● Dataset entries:
_ _ _ _ _ _ _

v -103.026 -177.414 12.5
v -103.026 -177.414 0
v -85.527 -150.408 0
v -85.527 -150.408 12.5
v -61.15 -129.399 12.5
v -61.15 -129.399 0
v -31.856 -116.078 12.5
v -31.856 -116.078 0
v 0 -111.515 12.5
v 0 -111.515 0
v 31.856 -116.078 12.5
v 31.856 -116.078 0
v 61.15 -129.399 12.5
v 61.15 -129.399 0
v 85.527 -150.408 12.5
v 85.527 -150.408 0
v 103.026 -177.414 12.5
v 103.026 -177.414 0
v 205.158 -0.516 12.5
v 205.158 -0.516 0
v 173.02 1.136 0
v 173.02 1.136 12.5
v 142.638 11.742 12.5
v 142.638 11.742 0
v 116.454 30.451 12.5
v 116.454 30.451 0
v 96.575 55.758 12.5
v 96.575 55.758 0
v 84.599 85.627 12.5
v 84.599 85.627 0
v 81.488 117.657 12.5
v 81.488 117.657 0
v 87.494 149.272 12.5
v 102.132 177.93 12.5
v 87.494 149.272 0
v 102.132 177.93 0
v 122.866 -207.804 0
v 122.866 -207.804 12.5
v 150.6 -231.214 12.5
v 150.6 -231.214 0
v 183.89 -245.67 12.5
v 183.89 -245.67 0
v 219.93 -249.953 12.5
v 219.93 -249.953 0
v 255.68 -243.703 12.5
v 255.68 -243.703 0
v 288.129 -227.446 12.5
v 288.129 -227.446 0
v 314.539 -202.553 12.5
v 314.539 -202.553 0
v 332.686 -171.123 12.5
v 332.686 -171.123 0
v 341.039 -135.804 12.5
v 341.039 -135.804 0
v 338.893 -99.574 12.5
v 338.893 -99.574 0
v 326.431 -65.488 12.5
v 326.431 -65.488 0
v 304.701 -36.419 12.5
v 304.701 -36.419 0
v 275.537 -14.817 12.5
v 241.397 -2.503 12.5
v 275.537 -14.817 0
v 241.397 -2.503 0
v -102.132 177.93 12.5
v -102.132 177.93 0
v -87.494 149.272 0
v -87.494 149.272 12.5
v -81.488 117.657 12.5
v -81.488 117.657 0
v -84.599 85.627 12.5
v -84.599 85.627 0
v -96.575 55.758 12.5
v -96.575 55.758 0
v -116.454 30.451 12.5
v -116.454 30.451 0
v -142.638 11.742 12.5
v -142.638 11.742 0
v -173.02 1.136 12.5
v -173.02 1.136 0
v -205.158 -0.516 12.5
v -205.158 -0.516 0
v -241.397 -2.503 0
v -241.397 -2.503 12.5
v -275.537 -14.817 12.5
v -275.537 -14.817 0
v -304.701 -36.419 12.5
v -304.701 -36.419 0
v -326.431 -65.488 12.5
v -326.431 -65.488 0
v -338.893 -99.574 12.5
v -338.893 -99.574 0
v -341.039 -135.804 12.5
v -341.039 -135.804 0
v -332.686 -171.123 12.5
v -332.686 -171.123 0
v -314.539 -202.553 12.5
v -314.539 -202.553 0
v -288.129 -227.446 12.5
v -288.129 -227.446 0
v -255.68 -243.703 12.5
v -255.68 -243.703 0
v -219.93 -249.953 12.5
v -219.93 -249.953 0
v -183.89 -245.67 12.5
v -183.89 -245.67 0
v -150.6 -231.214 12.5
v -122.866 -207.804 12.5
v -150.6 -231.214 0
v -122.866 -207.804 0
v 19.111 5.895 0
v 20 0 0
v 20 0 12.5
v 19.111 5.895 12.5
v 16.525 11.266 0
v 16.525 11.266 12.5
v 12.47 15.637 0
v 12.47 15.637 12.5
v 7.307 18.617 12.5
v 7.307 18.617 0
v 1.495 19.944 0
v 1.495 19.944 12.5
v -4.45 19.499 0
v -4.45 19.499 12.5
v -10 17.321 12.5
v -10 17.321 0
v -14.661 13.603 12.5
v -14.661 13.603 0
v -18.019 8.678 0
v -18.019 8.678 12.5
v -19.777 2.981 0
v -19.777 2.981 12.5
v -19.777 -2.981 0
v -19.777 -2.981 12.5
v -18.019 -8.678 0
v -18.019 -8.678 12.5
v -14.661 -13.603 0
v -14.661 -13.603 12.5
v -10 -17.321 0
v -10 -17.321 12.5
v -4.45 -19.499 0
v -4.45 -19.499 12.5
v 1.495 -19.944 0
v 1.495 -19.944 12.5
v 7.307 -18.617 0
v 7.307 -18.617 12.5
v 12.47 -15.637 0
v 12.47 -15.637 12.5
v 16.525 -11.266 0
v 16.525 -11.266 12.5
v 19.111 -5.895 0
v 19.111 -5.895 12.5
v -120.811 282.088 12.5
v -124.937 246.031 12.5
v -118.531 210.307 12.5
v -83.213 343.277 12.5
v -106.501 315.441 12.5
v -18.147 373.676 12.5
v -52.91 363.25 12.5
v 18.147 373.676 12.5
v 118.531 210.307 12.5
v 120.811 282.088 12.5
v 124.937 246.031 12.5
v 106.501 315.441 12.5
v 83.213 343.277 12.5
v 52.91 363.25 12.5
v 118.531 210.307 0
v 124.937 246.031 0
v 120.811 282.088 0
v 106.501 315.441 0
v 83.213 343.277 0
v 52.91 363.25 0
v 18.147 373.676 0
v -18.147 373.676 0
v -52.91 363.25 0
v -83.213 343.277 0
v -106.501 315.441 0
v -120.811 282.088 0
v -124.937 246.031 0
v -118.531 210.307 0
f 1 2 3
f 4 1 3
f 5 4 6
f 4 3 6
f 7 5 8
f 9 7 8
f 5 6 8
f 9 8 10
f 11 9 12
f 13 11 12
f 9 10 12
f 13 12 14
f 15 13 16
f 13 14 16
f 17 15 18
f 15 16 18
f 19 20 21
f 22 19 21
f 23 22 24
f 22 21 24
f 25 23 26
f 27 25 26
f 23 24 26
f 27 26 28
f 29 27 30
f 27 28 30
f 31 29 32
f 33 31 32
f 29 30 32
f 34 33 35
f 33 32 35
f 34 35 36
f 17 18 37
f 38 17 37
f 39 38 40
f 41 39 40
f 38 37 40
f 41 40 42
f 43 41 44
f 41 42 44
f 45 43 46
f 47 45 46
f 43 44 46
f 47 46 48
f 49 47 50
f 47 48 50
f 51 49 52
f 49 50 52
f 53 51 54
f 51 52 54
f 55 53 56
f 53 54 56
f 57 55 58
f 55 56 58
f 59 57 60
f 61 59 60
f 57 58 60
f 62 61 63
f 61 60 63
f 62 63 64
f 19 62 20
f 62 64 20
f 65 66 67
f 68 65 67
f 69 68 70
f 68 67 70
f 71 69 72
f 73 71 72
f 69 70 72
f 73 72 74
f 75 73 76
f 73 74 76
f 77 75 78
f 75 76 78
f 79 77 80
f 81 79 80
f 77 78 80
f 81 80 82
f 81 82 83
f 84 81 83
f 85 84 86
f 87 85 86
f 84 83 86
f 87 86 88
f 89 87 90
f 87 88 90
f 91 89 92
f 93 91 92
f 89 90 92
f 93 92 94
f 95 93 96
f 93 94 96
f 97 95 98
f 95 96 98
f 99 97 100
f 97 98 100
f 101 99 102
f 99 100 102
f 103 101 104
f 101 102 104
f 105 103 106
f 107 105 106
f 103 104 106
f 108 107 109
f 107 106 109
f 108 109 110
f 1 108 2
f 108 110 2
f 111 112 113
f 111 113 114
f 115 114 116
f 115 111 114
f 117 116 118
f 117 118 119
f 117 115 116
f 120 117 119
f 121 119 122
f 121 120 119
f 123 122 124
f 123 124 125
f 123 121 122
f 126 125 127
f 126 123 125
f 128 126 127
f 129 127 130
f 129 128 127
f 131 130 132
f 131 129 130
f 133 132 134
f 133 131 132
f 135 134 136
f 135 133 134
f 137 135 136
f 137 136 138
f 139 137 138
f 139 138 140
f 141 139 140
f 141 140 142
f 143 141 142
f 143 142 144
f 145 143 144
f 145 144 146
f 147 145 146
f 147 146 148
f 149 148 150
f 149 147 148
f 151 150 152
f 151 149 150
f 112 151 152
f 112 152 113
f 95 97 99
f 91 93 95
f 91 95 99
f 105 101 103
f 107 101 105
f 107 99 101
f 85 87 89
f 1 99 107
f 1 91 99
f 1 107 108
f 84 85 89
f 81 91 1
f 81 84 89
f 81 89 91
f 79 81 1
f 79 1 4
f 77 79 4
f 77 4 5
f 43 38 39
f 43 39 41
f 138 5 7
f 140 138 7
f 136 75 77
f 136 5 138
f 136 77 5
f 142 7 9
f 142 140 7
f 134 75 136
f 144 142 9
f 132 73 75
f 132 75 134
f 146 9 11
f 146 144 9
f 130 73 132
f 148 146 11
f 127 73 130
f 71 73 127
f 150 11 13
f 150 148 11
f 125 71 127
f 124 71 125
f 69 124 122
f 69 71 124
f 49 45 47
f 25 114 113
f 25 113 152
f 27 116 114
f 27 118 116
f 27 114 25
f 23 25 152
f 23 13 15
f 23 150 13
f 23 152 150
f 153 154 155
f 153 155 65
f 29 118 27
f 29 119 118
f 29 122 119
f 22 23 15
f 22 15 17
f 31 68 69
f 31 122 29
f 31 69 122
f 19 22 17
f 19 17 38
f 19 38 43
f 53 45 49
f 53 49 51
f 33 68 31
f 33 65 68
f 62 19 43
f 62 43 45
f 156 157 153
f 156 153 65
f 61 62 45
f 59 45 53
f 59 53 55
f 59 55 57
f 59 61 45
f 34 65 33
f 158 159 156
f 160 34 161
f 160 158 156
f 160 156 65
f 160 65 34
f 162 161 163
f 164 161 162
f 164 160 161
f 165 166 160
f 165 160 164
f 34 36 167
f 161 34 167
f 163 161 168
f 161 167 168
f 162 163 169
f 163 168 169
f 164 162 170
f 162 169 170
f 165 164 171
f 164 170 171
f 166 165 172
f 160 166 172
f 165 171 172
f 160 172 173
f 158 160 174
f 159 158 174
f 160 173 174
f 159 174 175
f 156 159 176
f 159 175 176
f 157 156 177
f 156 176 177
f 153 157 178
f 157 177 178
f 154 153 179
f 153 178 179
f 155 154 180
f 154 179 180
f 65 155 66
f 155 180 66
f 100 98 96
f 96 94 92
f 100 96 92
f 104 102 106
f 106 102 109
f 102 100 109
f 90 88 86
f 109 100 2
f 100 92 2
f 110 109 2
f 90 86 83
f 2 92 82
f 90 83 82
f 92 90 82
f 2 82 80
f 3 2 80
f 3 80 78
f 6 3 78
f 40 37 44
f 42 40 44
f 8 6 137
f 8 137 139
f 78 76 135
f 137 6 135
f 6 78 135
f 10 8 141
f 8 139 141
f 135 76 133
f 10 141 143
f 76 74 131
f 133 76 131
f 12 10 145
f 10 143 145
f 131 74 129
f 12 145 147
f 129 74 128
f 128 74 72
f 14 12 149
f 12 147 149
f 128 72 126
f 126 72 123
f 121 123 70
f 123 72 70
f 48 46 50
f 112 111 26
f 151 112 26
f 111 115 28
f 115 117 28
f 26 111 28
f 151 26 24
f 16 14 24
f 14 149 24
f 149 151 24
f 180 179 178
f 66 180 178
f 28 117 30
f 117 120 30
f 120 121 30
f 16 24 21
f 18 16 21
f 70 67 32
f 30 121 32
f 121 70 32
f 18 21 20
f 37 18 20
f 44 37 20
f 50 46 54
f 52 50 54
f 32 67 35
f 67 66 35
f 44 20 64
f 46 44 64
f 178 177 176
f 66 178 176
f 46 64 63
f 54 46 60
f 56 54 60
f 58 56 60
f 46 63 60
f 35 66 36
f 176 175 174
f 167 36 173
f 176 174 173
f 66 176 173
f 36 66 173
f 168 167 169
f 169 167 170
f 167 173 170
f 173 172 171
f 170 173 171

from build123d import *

# Parameters (mm, degrees)
F0_R     = 100
F0_R_2   = 20
F1_DEPTH = 12.5


with BuildPart() as f1:
    # F0 (on Top) → F1 (new body)
    with BuildSketch(Plane.XY):
        with BuildLine():
            ThreePointArc((205.158335, -0.516176), (96.574996, 55.7576), (102.132146, 177.930417))
            ThreePointArc((102.132146, 177.930417), (0, 375), (-102.132146, 177.930417))
            ThreePointArc((-102.132146, 177.930417), (-96.574996, 55.7576), (-205.158335, -0.516176))
            ThreePointArc((-205.158335, -0.516176), (-324.759526, -187.5), (-103.026189, -177.414242))
            ThreePointArc((-103.026189, -177.414242), (0, -111.5152), (103.026189, -177.414242))
            ThreePointArc((103.026189, -177.414242), (324.759526, -187.5), (205.158335, -0.516176))
        make_face()
        Circle(F0_R, mode=Mode.SUBTRACT)
        Circle(F0_R)
        Circle(F0_R_2, mode=Mode.SUBTRACT)
    extrude(amount=F1_DEPTH)


solid = f1.part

_ _ _ _ _ _ _

● ACTIVITY:
Copy out the lines above word for word, stopping after the line containing "v 84.599 85.627 0".

● OUTPUT FOR THIS EXERCISE:
v -103.026 -177.414 12.5
v -103.026 -177.414 0
v -85.527 -150.408 0
v -85.527 -150.408 12.5
v -61.15 -129.399 12.5
v -61.15 -129.399 0
v -31.856 -116.078 12.5
v -31.856 -116.078 0
v 0 -111.515 12.5
v 0 -111.515 0
v 31.856 -116.078 12.5
v 31.856 -116.078 0
v 61.15 -129.399 12.5
v 61.15 -129.399 0
v 85.527 -150.408 12.5
v 85.527 -150.408 0
v 103.026 -177.414 12.5
v 103.026 -177.414 0
v 205.158 -0.516 12.5
v 205.158 -0.516 0
v 173.02 1.136 0
v 173.02 1.136 12.5
v 142.638 11.742 12.5
v 142.638 11.742 0
v 116.454 30.451 12.5
v 116.454 30.451 0
v 96.575 55.758 12.5
v 96.575 55.758 0
v 84.599 85.627 12.5
v 84.599 85.627 0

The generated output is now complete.